To establish context, consider the simple DC circuit shown in Figure \(\PageIndex{1}\). In this circuit, the current source provides a steady current which flows through a cylinder-shaped wire. As long as the conductivity \(\sigma\) (SI base units of S/m) of the wire is uniform throughout the wire, the current density \({\bf J}\) (SI base units of A/m\(^2\)) is uniform throughout the wire.
Figure \(\PageIndex{1}\): Current flow in cylinder at DC ( CC BY-SA 4.0; C. Wang)Now let us consider the AC case. Whereas the electric field intensity \({\bf E}\) is constant in the DC case, \({\bf E}\) exists as a wave in the AC case. In a good conductor, the magnitude of \({\bf E}\) decreases in proportion to \(e^{-\alpha d}\) where \(\alpha\) is the attenuation constant and \(d\) is distance traversed by the wave. The attenuation constant increases with increasing \(\sigma\), so the rate of decrease of the magnitude of \({\bf E}\) increases with increasing \(\sigma\).
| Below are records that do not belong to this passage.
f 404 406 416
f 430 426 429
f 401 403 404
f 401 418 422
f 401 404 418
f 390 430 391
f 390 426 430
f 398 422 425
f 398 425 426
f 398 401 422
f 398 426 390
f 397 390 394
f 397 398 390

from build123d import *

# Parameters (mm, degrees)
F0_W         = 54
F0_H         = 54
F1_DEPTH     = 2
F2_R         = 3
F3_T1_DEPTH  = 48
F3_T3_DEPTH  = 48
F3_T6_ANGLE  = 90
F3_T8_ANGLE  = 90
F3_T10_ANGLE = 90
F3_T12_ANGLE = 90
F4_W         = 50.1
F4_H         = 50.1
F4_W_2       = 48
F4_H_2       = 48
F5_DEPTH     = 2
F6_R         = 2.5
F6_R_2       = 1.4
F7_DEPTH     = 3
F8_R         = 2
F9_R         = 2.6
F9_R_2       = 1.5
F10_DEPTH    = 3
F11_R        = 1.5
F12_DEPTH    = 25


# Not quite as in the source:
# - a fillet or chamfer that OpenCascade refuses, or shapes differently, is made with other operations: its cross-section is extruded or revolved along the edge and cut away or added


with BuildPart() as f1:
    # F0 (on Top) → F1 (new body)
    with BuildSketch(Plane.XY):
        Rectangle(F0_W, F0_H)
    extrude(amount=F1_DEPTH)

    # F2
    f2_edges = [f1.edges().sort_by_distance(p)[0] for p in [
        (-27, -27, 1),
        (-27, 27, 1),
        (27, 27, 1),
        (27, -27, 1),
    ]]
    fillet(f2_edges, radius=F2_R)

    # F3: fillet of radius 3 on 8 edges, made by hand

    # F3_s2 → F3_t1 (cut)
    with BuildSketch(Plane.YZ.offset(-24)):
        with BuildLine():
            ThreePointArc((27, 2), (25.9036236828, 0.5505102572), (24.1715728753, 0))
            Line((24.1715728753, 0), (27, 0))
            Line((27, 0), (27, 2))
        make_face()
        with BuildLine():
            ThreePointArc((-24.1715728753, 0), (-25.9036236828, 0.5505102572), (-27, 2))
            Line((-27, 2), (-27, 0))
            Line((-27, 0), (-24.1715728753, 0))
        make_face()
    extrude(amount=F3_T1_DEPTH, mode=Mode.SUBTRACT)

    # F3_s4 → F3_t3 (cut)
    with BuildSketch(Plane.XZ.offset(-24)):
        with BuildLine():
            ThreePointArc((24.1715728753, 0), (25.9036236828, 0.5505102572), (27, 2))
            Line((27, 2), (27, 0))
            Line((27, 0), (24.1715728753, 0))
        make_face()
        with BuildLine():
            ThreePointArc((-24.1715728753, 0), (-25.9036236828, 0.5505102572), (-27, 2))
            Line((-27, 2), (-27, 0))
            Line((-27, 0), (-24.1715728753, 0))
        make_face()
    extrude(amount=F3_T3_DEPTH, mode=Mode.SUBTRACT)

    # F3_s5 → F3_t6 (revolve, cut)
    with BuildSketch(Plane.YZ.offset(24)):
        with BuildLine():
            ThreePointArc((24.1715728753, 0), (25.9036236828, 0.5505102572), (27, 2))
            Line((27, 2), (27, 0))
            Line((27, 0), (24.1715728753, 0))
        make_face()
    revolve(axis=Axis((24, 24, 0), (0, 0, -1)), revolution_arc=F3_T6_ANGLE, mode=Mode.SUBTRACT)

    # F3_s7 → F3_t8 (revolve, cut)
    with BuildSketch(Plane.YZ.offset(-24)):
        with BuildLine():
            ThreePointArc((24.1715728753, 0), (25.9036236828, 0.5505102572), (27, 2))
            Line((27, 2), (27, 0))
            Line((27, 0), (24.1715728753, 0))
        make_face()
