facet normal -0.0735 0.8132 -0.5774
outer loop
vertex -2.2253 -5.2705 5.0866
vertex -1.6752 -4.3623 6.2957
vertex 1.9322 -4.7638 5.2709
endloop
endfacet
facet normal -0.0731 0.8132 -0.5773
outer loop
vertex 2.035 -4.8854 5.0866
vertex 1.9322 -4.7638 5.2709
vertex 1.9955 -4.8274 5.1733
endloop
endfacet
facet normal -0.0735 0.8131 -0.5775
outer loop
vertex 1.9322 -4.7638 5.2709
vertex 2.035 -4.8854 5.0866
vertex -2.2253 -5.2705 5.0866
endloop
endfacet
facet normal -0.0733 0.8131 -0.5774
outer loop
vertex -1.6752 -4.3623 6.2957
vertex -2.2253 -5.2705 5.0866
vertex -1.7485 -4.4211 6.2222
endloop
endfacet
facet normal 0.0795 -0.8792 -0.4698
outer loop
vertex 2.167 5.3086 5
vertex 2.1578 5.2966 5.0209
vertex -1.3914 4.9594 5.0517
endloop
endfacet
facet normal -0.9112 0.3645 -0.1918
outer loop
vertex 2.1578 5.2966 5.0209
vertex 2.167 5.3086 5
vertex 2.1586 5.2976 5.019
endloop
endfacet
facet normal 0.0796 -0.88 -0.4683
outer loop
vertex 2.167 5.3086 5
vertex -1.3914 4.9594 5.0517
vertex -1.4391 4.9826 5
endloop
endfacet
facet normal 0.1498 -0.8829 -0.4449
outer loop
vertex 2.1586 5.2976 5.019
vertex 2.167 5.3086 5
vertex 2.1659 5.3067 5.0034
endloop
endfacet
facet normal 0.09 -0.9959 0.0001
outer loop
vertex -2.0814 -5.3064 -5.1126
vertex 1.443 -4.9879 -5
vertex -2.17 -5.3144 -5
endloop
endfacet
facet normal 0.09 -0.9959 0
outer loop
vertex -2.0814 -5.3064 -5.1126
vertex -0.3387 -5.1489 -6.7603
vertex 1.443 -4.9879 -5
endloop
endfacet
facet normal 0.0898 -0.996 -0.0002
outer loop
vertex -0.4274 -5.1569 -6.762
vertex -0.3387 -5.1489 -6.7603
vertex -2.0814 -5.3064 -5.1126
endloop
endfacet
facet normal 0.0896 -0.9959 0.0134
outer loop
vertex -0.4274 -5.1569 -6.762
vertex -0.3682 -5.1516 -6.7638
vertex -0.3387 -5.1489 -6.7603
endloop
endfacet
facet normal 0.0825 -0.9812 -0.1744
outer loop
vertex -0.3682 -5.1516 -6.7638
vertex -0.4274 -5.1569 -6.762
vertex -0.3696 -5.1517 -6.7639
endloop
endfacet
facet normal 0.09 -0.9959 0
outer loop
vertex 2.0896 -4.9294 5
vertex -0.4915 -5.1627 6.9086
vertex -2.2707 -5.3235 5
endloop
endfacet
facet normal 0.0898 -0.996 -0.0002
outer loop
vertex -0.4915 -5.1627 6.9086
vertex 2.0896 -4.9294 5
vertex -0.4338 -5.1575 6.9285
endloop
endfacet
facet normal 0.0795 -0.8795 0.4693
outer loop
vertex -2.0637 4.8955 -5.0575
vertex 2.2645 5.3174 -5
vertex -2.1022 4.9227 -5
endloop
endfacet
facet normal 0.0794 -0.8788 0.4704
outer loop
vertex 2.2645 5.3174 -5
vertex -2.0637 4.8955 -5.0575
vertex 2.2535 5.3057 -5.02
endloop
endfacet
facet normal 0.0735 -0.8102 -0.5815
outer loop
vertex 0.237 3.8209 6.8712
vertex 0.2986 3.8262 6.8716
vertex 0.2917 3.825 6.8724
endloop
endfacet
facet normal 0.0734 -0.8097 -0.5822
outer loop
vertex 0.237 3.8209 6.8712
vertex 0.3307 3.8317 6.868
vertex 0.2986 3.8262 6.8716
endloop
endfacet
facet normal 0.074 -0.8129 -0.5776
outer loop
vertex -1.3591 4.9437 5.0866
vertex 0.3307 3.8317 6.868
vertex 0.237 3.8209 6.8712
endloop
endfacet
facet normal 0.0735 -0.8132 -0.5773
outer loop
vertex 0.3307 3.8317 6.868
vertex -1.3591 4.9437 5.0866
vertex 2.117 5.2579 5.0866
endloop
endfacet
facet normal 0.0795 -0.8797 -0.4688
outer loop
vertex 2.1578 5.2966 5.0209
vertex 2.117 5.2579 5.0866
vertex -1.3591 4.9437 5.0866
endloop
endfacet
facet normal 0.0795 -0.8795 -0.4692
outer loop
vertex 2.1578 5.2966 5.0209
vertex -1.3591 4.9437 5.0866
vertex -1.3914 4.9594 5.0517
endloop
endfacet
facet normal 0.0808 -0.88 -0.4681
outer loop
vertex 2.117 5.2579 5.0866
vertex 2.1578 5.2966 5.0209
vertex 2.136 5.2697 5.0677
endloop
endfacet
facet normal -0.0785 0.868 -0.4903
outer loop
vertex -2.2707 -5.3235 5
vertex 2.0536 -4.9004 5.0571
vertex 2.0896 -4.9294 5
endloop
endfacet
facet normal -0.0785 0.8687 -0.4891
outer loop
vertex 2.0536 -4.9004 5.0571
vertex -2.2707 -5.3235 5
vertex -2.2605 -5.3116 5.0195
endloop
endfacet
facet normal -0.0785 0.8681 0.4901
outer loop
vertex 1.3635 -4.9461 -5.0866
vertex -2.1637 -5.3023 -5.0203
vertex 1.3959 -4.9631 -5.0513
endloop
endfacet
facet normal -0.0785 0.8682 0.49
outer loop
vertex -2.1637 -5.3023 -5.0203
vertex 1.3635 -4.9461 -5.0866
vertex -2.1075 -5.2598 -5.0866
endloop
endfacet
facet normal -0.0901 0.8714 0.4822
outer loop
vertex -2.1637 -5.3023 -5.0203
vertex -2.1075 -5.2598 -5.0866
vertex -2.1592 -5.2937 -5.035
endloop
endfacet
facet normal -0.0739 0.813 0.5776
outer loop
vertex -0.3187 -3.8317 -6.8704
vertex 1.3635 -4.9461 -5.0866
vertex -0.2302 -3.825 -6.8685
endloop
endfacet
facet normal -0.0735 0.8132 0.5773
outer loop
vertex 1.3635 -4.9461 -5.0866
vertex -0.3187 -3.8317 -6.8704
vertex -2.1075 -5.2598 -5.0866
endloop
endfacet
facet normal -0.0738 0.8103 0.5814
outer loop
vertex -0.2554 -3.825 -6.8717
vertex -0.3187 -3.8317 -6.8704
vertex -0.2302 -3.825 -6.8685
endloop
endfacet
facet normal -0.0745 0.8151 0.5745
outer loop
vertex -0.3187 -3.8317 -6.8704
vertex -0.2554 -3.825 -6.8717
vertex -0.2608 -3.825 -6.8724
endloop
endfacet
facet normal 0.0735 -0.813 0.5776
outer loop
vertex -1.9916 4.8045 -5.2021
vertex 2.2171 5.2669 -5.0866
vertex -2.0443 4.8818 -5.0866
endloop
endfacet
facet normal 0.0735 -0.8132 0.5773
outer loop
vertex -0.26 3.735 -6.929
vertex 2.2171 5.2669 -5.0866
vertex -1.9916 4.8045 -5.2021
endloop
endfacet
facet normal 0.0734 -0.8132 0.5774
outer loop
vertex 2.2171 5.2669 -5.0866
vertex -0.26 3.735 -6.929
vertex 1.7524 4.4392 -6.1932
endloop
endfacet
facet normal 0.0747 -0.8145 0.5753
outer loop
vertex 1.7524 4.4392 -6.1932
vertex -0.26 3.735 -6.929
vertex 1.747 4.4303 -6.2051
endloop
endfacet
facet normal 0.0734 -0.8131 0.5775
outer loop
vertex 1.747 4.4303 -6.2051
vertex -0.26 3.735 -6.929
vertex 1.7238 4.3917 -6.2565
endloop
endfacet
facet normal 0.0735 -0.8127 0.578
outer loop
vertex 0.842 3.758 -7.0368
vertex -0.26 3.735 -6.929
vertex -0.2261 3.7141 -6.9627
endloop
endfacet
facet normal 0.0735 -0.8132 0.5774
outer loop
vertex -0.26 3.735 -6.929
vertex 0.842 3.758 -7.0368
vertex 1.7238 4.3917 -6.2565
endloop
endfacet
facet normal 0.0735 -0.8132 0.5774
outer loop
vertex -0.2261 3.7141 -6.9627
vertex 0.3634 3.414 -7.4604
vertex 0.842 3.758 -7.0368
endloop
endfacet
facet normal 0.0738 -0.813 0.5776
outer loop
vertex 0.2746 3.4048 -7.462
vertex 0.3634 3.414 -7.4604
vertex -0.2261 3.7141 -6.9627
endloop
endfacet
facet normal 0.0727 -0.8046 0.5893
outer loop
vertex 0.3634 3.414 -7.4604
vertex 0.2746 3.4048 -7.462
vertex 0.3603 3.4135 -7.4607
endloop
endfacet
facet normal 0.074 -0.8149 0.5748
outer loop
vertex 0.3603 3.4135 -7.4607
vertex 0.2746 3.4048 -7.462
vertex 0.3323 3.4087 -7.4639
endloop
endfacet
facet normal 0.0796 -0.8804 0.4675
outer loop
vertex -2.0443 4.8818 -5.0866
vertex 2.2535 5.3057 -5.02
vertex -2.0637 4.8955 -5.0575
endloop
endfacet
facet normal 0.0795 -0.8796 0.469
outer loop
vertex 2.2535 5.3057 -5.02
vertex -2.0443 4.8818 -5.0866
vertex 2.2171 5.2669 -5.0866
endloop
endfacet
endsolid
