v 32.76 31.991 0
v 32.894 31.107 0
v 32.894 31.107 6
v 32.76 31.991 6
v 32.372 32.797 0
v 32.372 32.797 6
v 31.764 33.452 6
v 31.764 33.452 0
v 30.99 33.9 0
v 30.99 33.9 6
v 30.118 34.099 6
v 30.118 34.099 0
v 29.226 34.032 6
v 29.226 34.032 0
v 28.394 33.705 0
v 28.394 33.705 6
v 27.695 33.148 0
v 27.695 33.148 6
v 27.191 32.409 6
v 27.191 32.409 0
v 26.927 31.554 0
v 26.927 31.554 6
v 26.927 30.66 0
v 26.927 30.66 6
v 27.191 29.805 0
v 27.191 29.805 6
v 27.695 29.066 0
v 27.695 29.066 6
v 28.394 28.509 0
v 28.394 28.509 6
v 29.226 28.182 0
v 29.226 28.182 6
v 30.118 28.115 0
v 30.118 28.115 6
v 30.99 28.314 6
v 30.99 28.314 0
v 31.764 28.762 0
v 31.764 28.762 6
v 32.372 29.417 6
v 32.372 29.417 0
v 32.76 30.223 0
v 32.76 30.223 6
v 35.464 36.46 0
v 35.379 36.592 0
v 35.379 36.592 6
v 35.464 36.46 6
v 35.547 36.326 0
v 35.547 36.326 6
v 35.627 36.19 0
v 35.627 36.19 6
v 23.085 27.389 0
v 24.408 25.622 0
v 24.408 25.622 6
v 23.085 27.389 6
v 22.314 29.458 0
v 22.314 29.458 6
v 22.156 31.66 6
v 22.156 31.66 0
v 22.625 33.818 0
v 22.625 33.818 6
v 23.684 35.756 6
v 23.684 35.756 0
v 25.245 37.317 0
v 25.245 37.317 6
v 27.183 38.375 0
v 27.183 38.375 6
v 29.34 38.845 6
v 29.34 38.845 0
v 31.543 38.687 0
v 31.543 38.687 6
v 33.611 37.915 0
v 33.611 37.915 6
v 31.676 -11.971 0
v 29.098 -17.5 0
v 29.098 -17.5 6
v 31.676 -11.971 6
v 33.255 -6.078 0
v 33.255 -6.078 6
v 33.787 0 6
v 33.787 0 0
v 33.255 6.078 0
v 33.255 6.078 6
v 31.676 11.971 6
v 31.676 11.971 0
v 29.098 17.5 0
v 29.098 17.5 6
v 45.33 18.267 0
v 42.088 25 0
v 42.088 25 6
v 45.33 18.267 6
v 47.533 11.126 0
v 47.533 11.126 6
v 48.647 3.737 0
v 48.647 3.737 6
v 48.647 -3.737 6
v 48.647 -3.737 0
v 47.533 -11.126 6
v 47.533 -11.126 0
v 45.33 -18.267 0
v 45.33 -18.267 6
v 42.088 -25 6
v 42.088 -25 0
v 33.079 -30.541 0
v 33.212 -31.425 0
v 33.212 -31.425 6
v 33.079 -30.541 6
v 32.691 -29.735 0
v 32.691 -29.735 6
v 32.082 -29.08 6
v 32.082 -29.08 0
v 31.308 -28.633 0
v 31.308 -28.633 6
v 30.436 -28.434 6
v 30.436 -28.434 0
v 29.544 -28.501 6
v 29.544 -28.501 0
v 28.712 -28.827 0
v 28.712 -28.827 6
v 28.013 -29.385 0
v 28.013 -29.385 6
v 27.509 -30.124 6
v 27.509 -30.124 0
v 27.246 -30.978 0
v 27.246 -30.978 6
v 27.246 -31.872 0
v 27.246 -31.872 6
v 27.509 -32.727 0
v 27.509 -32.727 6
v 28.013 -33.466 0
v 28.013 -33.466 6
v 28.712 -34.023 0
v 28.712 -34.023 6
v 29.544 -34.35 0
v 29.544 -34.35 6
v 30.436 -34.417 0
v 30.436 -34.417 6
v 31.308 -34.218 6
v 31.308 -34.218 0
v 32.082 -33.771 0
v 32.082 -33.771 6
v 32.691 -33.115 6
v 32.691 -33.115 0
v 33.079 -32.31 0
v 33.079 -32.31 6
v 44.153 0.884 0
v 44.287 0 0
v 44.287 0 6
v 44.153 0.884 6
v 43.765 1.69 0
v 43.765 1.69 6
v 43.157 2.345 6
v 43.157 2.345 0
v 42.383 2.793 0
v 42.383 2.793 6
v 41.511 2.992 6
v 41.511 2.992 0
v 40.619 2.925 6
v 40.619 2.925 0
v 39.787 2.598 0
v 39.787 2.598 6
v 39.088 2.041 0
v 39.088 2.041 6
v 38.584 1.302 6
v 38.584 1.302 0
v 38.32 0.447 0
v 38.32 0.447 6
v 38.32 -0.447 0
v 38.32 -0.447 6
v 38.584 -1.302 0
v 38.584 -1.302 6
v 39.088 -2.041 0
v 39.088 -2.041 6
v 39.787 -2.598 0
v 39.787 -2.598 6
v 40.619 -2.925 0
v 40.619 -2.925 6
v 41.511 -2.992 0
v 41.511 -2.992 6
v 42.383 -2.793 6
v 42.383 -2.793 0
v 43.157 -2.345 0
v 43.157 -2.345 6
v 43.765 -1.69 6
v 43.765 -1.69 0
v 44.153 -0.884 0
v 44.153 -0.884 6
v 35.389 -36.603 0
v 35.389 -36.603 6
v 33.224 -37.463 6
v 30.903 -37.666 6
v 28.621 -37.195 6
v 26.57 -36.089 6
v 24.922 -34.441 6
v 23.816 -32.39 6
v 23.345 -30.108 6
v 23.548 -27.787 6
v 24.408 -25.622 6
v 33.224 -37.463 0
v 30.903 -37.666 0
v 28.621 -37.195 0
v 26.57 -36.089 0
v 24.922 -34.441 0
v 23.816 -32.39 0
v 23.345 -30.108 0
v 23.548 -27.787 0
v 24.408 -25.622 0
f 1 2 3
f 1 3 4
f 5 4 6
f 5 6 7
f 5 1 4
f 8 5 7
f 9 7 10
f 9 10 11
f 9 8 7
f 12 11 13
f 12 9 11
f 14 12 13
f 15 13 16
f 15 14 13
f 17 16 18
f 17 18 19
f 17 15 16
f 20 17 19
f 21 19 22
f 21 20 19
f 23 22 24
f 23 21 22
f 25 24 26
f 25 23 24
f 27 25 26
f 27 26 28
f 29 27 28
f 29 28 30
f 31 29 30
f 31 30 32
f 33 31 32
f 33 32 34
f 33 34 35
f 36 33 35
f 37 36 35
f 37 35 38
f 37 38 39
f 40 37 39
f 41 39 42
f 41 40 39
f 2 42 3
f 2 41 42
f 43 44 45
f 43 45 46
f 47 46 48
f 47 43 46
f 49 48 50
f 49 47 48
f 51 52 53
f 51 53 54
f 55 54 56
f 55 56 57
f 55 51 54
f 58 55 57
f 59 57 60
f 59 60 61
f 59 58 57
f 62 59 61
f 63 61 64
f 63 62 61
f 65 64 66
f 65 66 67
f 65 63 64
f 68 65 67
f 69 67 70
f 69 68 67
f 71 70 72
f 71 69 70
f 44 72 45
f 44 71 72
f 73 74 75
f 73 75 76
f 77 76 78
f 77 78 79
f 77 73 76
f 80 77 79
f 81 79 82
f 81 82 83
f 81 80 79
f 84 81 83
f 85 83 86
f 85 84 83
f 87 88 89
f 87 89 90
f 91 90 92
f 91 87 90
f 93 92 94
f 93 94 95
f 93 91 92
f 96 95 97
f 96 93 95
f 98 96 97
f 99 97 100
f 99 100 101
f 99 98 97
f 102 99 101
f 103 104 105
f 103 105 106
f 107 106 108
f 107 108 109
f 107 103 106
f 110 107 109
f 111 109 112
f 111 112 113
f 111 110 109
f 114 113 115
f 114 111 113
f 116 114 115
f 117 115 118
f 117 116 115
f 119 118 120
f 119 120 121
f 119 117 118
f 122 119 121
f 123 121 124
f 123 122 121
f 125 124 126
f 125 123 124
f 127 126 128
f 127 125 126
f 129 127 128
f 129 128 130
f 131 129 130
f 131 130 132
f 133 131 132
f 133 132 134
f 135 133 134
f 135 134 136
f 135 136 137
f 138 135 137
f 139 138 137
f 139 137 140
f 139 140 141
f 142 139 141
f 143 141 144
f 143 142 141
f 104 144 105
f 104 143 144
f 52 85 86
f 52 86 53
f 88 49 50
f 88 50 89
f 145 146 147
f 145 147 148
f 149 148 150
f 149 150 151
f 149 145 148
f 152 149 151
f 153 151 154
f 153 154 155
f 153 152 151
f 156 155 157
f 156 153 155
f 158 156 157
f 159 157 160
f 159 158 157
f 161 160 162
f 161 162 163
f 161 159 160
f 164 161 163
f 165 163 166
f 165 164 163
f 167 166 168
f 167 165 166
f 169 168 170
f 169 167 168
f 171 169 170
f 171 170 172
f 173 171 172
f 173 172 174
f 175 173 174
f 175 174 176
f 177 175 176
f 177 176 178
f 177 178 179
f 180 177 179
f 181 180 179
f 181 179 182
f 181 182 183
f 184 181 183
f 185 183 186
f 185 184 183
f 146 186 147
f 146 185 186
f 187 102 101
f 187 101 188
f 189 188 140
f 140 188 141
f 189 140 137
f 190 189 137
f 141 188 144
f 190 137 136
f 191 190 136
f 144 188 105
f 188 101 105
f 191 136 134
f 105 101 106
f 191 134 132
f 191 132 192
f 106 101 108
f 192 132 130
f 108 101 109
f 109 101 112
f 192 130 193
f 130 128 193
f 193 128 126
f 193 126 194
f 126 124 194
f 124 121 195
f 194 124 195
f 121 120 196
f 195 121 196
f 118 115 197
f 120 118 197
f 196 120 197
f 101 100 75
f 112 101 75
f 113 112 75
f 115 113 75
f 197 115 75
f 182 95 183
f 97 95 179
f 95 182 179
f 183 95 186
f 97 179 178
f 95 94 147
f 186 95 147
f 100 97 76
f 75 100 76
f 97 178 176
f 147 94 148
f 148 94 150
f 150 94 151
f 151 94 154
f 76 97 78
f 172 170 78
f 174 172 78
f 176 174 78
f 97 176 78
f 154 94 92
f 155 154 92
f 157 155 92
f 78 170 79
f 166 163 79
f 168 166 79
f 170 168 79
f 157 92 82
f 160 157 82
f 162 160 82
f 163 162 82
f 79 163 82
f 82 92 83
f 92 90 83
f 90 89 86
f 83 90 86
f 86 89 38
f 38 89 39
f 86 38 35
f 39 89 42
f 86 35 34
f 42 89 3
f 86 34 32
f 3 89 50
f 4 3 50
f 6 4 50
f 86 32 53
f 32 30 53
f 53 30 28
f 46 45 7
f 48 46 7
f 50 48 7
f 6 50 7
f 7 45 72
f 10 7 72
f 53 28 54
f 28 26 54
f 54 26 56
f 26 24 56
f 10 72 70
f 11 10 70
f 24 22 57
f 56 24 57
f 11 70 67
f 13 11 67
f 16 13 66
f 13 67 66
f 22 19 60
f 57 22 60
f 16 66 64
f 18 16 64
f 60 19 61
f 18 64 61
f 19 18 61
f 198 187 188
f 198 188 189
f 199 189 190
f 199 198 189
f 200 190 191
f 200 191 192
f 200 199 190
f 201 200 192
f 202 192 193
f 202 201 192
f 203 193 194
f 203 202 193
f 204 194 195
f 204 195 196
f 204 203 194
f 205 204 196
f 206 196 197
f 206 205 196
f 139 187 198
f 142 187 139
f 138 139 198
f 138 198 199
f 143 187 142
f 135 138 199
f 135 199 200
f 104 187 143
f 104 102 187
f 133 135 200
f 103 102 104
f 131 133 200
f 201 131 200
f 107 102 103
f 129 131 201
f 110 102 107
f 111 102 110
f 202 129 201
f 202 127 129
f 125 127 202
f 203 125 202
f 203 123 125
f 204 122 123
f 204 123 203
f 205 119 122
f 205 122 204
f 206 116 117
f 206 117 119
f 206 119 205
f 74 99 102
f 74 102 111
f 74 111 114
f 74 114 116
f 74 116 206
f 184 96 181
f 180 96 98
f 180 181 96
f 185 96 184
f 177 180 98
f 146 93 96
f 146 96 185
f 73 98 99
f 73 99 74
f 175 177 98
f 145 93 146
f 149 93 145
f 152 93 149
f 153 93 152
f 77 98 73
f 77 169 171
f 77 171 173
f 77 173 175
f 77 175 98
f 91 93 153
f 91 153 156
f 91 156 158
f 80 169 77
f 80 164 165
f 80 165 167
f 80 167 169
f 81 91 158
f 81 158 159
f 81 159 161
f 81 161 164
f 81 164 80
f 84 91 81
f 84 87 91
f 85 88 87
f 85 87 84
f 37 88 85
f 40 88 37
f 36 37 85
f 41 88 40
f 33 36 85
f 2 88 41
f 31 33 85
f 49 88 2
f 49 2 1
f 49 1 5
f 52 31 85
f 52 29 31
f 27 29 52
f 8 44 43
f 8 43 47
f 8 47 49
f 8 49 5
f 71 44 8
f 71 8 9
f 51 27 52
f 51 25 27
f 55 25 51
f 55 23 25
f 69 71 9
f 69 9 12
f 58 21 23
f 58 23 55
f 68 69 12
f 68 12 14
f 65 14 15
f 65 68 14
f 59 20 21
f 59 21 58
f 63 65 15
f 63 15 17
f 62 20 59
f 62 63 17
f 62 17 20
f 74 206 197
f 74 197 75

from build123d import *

# Parameters (mm, degrees)
SKETCH1_R           = 3
BOSS_EXTRUDE1_DEPTH = 6


with BuildPart() as part:
    # Sketch1 → Boss-Extrude1 (new body)
    with BuildSketch(Plane.XY):
        with BuildLine():
            Line((29.097558797, 17.5), (24.40844793, 25.621778265))
            ThreePointArc((24.40844793, 25.621778265), (24.40844793, 36.592231664), (35.378901329, 36.592231664))
            ThreePointArc((35.378901329, 36.592231664), (35.506003821, 36.393205072), (35.627115001, 36.190476904))
            Line((35.627115001, 36.190476904), (42.087939854, 25))
            ThreePointArc((42.087939854, 25), (48.786669665, 0), (42.087939854, -25))
            Line((42.087939854, -25), (35.389210043, -36.602540378))
            ThreePointArc((35.389210043, -36.602540378), (25.685911427, -35.325076881), (24.40844793, -25.621778265))
            Line((24.40844793, -25.621778265), (29.097558797, -17.5))
            ThreePointArc((29.097558797, -17.5), (33.786669665, 0), (29.097558797, 17.5))
        make_face()
        with Locations((41.286669665, 0)):
            Circle(SKETCH1_R, mode=Mode.SUBTRACT)
        with Locations((30.212002479, -31.425332814)):
            Circle(SKETCH1_R, mode=Mode.SUBTRACT)
        with Locations((29.893674629, 31.107004965)):
            Circle(SKETCH1_R, mode=Mode.SUBTRACT)
    extrude(amount=BOSS_EXTRUDE1_DEPTH)


solid = part.part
In the limiting case of a perfect conductor, \(\alpha\to\infty\) and so \({\bf E}\to 0\) everywhere inside the material. Any current within the wire must be the result of either an impressed source or it must be a response to \({\bf E}\). Without either of these, we conclude that in the AC case, \({\bf J}\to 0\) everywhere inside a perfect conductor.1 But if \({\bf J}=0\) in the material, then how does current pass through the wire? We are forced to conclude that the current must exist as a surface current; i.e., entirely outside the wire, yet bound to the surface of the wire. Thus:
In the AC case, the current passed by a perfectly-conducting material lies entirely on the surface of the material.
The perfectly-conducting case is unobtainable in practice, but the result gives us a foothold from which we may determine what happens when \(\sigma\) is not infinite. If \(\sigma\) is merely finite, then \(\alpha\) is also finite and subsequently wave magnitude may be non-zero over finite distances.
Let us now consider the direction in which this putative wave propagates. The two principal directions in the present problem are parallel to the axis of the wire and perpendicular to the axis of the wire. Waves propagating in any other direction may be expressed as a linear combination of waves traveling in the principal directions, so we need only consider the principal directions to obtain a complete picture.
Consider waves propagating in the perpendicular direction first. In this case, we presume a boundary condition in the form of non-zero surface current, which we infer from the perfectly-conducting case considered previously. We also note that \({\bf E}\) deep inside the wire must be weaker than \({\bf E}\) closer to the surface, since a wave deep inside the wire must have traversed a larger quantity of material than a wave measured closer to the surface. Applying Ohm’s law (\({\bf J}=\sigma{\bf E}\)), the current deep inside the wire must similarly diminish for a good conductor. We conclude that a wave traveling in the perpendicular direction exists and propagates toward the center of the wire, decreasing in magnitude with increasing distance from the surface.
We are unable to infer the presence of a wave traveling in the other principal direction – i.e., along the axis of the wire – since there is no apparent boundary condition to be satisfied on either end of the wire. Furthermore, the presence of such a wave would mean that different cross-sections of the wire exhibit different radial distributions of current. This is not consistent with physical observations.
We conclude that the only relevant wave is one which travels from the surface of the wire inward. Since the current density is proportional to the electric field magnitude, we conclude:
In the AC case, the current passed by a wire comprised of a good conductor is distributed with maximum current density on the surface of the wire, and the current density decays exponentially with increasing distance from the surface.
This phenomenon is known as the skin effect, referring to the notion of current forming a skin-like layer below the surface of the wire. The effect is illustrated in Figure \(\PageIndex{2}\).
Figure \(\PageIndex{2}\): Distribution of AC current in a wire of circular cross-section. Shading indicates current density. (modified, public domain; Biezl)Since \(\alpha\) increases with increasing frequency, we see that the specific distribution of current within the wire depends on frequency. In particular, the current will be concentrated close to the surface at high frequencies, uniformly distributed throughout the wire at DC, and in an intermediate state for intermediate frequencies.
- You might be tempted to invoke Ohm’s law (\({\bf J}=\sigma{\bf E}\)) to argue against this conclusion. However, Ohm’s law provides no useful information about the current in this case, since \(\sigma\to\infty\) at the same time \({\bf E}\to 0\). What Ohm’s law is really saying in this case is that \({\bf E}={\bf J}/\sigma\to 0\) because \({\bf J}\) must be finite and \(\sigma\to\infty\).↩